[Collected data entries]
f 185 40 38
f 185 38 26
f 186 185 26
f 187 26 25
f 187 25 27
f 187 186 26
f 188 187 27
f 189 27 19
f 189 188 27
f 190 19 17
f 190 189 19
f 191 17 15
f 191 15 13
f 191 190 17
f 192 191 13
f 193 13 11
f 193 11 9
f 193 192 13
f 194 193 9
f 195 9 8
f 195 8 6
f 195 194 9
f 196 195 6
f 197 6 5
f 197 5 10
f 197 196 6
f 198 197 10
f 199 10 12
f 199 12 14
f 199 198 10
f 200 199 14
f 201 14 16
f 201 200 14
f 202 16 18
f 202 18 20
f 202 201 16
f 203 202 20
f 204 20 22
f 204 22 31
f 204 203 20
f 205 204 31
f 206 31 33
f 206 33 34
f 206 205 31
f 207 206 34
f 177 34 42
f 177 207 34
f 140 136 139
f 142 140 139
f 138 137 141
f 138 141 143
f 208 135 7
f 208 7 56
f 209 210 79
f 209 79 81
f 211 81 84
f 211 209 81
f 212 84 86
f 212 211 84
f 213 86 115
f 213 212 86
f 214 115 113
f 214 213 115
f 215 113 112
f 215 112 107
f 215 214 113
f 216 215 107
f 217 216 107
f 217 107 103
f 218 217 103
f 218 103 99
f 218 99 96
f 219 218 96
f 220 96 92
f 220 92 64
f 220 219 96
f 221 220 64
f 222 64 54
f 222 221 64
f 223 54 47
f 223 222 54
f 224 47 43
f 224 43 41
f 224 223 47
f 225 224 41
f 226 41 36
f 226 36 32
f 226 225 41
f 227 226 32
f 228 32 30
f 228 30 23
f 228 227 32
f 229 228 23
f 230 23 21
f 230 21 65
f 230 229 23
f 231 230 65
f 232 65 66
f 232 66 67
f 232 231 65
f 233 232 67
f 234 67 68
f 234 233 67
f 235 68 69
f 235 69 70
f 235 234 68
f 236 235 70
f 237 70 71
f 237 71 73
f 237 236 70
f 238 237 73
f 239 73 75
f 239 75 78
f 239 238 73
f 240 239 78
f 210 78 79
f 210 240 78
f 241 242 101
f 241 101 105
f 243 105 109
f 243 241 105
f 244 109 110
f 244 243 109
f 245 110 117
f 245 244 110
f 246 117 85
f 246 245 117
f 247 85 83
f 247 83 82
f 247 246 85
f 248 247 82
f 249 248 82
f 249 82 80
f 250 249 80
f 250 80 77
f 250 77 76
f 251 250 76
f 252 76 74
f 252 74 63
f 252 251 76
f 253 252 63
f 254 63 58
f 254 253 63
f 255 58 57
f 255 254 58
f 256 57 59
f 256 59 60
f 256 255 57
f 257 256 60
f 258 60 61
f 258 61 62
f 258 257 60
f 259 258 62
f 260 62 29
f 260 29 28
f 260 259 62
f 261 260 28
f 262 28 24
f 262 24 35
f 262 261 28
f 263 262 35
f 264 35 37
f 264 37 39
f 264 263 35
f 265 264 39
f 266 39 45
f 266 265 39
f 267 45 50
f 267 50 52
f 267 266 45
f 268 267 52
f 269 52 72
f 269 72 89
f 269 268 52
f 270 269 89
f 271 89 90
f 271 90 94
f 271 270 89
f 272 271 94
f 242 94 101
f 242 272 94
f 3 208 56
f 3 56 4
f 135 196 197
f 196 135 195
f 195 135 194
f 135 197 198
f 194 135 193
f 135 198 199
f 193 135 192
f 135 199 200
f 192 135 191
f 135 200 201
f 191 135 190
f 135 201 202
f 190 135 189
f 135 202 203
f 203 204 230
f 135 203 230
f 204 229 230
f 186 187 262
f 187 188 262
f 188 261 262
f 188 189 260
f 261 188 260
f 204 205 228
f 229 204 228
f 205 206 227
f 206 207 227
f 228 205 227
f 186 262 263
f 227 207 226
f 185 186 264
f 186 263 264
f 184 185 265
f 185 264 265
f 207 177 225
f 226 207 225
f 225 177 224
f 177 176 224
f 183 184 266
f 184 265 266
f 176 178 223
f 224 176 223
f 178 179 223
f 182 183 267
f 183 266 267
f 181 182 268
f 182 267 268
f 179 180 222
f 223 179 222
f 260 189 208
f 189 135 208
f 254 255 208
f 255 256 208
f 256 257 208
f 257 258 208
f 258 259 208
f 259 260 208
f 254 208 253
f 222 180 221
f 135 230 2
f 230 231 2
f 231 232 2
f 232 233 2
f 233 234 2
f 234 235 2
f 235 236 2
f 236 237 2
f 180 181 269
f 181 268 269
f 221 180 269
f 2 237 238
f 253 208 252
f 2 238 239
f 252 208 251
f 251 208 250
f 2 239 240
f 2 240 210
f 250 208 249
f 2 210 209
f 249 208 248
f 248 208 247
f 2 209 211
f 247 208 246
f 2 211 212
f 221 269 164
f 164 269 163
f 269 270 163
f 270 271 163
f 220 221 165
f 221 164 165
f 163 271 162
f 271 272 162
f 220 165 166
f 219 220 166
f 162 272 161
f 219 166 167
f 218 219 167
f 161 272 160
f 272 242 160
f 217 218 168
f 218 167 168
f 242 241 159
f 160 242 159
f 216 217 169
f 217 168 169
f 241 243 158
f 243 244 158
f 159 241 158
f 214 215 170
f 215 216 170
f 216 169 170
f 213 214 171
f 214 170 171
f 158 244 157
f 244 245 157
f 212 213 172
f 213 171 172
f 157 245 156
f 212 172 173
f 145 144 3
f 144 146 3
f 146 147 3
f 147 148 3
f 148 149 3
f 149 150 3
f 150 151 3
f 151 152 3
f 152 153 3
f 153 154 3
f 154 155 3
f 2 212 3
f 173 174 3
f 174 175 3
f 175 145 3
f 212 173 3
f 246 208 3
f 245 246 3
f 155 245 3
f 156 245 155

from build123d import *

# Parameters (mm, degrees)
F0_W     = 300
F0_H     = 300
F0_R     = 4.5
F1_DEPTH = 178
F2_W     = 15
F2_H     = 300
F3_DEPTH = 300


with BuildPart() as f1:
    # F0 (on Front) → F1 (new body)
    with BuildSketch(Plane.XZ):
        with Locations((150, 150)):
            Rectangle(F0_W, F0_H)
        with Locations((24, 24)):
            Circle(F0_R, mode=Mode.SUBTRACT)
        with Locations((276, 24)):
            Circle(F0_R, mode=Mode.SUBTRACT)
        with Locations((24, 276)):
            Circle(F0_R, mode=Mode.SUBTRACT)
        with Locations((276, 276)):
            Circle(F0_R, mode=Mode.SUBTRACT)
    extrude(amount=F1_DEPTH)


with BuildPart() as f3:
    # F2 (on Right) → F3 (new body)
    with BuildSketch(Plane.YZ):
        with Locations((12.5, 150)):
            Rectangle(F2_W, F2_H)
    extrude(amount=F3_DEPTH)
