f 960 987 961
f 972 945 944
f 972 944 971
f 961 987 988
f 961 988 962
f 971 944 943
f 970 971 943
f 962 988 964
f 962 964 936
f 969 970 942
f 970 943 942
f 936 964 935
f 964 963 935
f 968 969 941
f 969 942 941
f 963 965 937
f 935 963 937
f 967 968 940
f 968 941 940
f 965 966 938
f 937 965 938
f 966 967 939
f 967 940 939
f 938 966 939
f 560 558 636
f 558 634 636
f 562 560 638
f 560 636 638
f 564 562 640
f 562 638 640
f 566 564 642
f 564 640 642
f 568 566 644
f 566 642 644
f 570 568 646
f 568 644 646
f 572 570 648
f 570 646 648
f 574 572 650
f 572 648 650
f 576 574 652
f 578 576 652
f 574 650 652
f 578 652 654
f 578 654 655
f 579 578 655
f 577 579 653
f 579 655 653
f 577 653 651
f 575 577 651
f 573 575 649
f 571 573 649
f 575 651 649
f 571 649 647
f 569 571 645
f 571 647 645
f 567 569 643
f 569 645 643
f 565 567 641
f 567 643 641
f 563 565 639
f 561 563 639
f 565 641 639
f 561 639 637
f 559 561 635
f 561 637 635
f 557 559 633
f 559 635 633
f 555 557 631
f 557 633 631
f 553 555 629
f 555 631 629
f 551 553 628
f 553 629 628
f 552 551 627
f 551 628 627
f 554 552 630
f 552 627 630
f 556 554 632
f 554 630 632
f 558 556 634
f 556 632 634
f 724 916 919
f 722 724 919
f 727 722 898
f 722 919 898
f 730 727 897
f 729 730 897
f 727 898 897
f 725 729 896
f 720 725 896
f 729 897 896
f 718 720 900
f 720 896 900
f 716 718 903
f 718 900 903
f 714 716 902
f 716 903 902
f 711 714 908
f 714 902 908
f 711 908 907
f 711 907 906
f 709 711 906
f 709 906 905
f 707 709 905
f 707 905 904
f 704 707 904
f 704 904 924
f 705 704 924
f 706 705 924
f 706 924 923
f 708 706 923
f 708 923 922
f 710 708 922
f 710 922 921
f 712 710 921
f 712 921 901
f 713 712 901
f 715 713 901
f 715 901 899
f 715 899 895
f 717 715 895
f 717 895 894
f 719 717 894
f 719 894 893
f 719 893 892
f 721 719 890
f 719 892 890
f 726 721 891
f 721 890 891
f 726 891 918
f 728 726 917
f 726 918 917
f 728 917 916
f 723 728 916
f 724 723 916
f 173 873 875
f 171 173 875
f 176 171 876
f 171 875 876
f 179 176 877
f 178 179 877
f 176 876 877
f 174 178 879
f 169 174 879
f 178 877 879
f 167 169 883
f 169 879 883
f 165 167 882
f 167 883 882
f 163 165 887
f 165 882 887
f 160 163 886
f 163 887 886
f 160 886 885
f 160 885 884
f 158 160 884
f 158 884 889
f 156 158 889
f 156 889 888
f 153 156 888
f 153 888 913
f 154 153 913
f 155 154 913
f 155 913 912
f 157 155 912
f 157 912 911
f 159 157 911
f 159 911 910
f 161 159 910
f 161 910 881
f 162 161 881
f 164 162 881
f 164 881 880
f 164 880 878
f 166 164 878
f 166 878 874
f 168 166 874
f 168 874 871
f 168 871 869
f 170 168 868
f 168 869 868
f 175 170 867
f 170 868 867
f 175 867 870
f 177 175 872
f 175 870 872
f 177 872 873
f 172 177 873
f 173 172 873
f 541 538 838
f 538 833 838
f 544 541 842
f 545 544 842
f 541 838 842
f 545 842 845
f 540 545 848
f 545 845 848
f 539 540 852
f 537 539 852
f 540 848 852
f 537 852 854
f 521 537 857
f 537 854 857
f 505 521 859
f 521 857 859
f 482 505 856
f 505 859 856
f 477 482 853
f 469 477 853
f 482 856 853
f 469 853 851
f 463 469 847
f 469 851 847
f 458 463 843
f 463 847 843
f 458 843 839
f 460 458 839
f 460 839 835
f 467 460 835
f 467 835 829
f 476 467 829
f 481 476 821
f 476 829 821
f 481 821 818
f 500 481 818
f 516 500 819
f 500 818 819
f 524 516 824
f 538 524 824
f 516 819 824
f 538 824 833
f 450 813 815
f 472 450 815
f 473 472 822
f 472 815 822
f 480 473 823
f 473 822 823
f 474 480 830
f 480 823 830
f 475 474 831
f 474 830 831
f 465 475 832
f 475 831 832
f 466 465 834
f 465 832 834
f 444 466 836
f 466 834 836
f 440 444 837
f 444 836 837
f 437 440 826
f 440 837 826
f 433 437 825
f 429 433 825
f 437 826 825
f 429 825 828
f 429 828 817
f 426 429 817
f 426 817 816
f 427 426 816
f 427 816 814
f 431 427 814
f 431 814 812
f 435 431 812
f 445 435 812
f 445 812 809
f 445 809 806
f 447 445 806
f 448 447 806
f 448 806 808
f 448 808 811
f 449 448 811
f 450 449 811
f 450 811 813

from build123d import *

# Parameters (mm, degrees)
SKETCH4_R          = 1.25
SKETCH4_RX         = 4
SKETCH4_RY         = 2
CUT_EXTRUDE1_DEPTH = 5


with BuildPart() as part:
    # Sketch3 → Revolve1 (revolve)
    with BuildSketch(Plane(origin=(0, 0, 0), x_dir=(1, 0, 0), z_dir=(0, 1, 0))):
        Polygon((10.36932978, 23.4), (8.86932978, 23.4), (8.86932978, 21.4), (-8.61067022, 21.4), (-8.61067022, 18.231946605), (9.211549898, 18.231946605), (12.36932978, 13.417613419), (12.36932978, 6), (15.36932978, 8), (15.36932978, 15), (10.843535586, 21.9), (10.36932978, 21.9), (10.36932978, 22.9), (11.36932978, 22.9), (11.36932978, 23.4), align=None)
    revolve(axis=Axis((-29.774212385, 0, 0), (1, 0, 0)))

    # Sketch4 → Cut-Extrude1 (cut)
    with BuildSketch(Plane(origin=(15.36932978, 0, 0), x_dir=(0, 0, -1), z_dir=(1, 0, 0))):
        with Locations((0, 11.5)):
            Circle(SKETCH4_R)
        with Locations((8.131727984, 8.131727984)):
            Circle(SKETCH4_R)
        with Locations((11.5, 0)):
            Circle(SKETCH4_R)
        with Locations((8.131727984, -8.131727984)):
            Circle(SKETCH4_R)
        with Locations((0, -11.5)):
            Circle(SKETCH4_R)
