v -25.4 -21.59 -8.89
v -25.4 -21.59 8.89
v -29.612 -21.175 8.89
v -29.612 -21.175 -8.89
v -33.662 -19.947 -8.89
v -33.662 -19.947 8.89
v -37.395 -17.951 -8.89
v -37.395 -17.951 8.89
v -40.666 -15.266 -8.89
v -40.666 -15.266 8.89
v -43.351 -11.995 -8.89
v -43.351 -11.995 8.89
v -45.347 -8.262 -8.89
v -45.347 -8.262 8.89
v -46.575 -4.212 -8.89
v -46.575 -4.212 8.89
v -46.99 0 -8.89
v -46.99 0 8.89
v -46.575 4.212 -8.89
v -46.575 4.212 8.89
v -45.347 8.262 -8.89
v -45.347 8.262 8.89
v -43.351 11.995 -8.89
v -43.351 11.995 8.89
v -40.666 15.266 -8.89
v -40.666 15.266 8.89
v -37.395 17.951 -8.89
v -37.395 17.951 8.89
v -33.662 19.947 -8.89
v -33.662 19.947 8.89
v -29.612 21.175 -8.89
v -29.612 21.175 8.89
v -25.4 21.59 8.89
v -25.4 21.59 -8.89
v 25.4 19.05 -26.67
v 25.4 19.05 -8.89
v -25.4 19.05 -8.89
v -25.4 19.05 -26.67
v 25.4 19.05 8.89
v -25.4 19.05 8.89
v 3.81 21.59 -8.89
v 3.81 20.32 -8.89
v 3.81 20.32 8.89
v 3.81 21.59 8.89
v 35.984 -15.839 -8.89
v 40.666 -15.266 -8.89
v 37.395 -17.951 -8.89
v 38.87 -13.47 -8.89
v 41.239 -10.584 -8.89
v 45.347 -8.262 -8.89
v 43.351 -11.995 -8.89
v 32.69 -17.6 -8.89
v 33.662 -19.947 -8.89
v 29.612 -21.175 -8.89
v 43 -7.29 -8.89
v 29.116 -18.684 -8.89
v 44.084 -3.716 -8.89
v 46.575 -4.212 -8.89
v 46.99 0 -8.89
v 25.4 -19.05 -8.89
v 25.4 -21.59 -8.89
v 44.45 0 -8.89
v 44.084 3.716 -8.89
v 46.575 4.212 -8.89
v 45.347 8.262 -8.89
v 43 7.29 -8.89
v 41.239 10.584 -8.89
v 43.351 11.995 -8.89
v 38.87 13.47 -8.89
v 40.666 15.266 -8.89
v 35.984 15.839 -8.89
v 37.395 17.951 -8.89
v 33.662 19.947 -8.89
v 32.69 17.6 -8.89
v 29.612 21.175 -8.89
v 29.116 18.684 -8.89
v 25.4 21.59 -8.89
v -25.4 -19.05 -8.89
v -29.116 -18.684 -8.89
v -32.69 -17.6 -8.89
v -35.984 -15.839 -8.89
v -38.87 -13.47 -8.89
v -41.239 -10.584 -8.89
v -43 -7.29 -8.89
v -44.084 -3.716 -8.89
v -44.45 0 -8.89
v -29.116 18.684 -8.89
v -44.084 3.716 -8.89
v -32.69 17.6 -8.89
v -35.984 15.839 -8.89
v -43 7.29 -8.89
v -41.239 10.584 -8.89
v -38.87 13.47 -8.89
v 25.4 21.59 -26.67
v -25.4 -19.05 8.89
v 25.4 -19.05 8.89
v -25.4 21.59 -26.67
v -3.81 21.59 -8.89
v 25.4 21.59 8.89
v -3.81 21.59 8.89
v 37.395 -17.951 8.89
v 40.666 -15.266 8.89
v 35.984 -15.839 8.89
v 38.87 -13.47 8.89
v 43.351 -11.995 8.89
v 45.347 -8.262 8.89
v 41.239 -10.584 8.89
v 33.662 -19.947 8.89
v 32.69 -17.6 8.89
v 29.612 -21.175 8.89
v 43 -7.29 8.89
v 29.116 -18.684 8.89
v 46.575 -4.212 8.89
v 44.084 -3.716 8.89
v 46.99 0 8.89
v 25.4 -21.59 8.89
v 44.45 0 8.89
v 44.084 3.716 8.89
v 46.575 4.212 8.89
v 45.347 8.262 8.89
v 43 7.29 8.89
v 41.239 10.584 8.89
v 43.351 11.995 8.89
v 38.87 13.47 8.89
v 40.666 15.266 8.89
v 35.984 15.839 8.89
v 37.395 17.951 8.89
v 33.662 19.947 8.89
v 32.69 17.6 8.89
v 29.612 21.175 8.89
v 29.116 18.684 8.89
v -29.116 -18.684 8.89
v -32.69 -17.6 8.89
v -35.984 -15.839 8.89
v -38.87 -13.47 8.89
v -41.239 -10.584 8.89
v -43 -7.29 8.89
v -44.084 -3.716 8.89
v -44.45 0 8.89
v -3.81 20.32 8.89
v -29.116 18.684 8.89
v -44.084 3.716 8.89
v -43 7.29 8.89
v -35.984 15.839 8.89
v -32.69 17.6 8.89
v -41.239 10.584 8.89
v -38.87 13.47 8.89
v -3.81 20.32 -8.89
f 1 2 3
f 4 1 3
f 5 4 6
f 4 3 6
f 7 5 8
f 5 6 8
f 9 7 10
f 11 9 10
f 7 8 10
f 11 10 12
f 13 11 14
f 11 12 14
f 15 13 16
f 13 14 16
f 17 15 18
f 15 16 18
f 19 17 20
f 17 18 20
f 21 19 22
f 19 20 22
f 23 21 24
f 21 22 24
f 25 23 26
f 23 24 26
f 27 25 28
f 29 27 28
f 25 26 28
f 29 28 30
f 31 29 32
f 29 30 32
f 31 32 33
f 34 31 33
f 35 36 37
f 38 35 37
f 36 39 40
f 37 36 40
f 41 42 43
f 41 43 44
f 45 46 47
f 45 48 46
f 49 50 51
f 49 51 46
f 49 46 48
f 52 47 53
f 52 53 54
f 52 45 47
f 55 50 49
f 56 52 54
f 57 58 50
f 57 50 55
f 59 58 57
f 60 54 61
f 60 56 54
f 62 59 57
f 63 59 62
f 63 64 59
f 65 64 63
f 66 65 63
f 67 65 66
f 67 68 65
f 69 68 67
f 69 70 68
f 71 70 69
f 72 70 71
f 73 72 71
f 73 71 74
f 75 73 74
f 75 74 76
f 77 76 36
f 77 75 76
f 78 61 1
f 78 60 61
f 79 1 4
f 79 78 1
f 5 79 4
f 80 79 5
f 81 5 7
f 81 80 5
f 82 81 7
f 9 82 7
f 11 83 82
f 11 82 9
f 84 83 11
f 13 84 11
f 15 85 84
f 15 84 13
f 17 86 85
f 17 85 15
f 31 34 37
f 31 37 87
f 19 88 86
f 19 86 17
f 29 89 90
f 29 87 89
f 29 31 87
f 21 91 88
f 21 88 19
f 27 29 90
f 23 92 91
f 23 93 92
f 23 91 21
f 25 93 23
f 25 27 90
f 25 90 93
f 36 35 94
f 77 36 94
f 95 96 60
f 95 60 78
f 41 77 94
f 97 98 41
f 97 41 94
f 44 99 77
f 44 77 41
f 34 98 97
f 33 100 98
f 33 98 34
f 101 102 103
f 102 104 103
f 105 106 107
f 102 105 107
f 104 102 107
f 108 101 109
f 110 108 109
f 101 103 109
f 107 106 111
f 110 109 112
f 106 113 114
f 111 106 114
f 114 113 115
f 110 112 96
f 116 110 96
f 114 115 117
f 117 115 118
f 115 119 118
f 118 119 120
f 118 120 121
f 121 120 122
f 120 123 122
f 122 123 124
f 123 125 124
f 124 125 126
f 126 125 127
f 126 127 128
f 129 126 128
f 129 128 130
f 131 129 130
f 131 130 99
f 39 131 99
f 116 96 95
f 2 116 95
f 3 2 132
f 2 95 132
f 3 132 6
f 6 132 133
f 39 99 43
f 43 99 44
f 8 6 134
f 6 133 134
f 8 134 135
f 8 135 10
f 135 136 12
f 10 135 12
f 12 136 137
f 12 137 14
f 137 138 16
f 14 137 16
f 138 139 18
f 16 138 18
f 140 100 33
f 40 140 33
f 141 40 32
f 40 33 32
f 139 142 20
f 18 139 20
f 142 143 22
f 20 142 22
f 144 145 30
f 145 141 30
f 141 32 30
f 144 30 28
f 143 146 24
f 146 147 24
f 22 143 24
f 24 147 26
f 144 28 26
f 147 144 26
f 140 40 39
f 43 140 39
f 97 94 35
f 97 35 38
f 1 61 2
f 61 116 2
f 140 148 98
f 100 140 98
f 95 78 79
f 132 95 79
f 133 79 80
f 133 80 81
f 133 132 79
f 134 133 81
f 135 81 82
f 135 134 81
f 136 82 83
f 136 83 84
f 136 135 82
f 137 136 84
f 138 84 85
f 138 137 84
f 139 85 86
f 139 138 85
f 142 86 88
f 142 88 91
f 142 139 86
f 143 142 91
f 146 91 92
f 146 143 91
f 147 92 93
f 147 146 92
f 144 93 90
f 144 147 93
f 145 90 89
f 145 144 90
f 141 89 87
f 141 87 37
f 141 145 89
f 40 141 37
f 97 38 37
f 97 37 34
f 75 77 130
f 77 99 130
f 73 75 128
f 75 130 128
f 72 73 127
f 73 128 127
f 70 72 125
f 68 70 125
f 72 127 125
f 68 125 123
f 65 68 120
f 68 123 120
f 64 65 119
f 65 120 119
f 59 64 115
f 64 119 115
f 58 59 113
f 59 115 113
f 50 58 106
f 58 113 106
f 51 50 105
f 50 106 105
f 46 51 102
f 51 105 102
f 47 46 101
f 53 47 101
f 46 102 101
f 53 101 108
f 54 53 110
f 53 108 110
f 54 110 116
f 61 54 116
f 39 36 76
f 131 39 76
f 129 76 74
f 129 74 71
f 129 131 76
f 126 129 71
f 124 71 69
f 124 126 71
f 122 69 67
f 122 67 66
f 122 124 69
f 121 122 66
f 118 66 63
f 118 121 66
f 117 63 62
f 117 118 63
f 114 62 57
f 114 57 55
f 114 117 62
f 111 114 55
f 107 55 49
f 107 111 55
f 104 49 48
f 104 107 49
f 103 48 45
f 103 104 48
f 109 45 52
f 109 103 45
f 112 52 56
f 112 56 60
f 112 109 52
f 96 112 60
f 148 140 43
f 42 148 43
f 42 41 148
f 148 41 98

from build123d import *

# Parameters (mm, degrees)
BOSS_EXTRUDE1_DEPTH            = 8.89
CUT_EXTRUDE1_REACH             = 10.89
SKETCH3_W                      = 7.62
SKETCH3_H                      = 2.54
CUT_EXTRUDE1_DIRECTION_2_REACH = 10.89
SKETCH4_W                      = 50.8
SKETCH4_H                      = 2.54
BOSS_EXTRUDE2_DEPTH            = 17.78


with BuildPart() as part:
    # Sketch2 → Boss-Extrude1 (new body, symmetric)
    with BuildSketch(Plane.XY):
        with BuildLine():
            Line((-25.4, 21.59), (25.4, 21.59))
            ThreePointArc((25.4, 21.59), (46.99, 0), (25.4, -21.59))
            Line((25.4, -21.59), (-25.4, -21.59))
            ThreePointArc((-25.4, -21.59), (-46.99, 0), (-25.4, 21.59))
        make_face()
        with BuildLine():
            Line((-25.4, 19.05), (25.4, 19.05))
            ThreePointArc((25.4, 19.05), (44.45, 0), (25.4, -19.05))
            Line((25.4, -19.05), (-25.4, -19.05))
            ThreePointArc((-25.4, -19.05), (-44.45, 0), (-25.4, 19.05))
        make_face(mode=Mode.SUBTRACT)
    extrude(amount=BOSS_EXTRUDE1_DEPTH, both=True)

    # Sketch3 → Cut-Extrude1 (cut, up to next)
    with BuildSketch(Plane.XY, mode=Mode.PRIVATE) as cut_extrude1_sk1:
        with Locations((0, 21.59)):
            Rectangle(SKETCH3_W, SKETCH3_H)
    cut_extrude1_tool1 = extrude(cut_extrude1_sk1.sketch, amount=-CUT_EXTRUDE1_REACH, mode=Mode.PRIVATE) & part.part
    add(cut_extrude1_tool1.solids().sort_by_distance((0, 21.59, 0))[0], mode=Mode.SUBTRACT)

    # Sketch3 → Cut-Extrude1 direction 2 (cut, up to next)
    with BuildSketch(Plane.XY, mode=Mode.PRIVATE) as cut_extrude1_direction_2_sk1:
        with Locations((0, 21.59)):
            Rectangle(SKETCH3_W, SKETCH3_H)
    cut_extrude1_direction_2_tool1 = extrude(cut_extrude1_direction_2_sk1.sketch, amount=CUT_EXTRUDE1_DIRECTION_2_REACH, mode=Mode.PRIVATE) & part.part
    add(cut_extrude1_direction_2_tool1.solids().sort_by_distance((0, 21.59, 0))[0], mode=Mode.SUBTRACT)

    # Sketch4 → Boss-Extrude2 (add)
    with BuildSketch(Plane(origin=(0, 0, -8.89), x_dir=(-1, 0, 0), z_dir=(0, 0, -1))):
        with Locations((0, 20.32)):
            Rectangle(SKETCH4_W, SKETCH4_H)
    extrude(amount=BOSS_EXTRUDE2_DEPTH)


solid = part.part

§ Exercise objective
Show the lines where the word "revolve" appears in the entries.

§ Solution for this task
    # Sketch3 → Revolve1 (revolve)
    revolve(axis=Axis((-29.774212385, 0, 0), (1, 0, 0)))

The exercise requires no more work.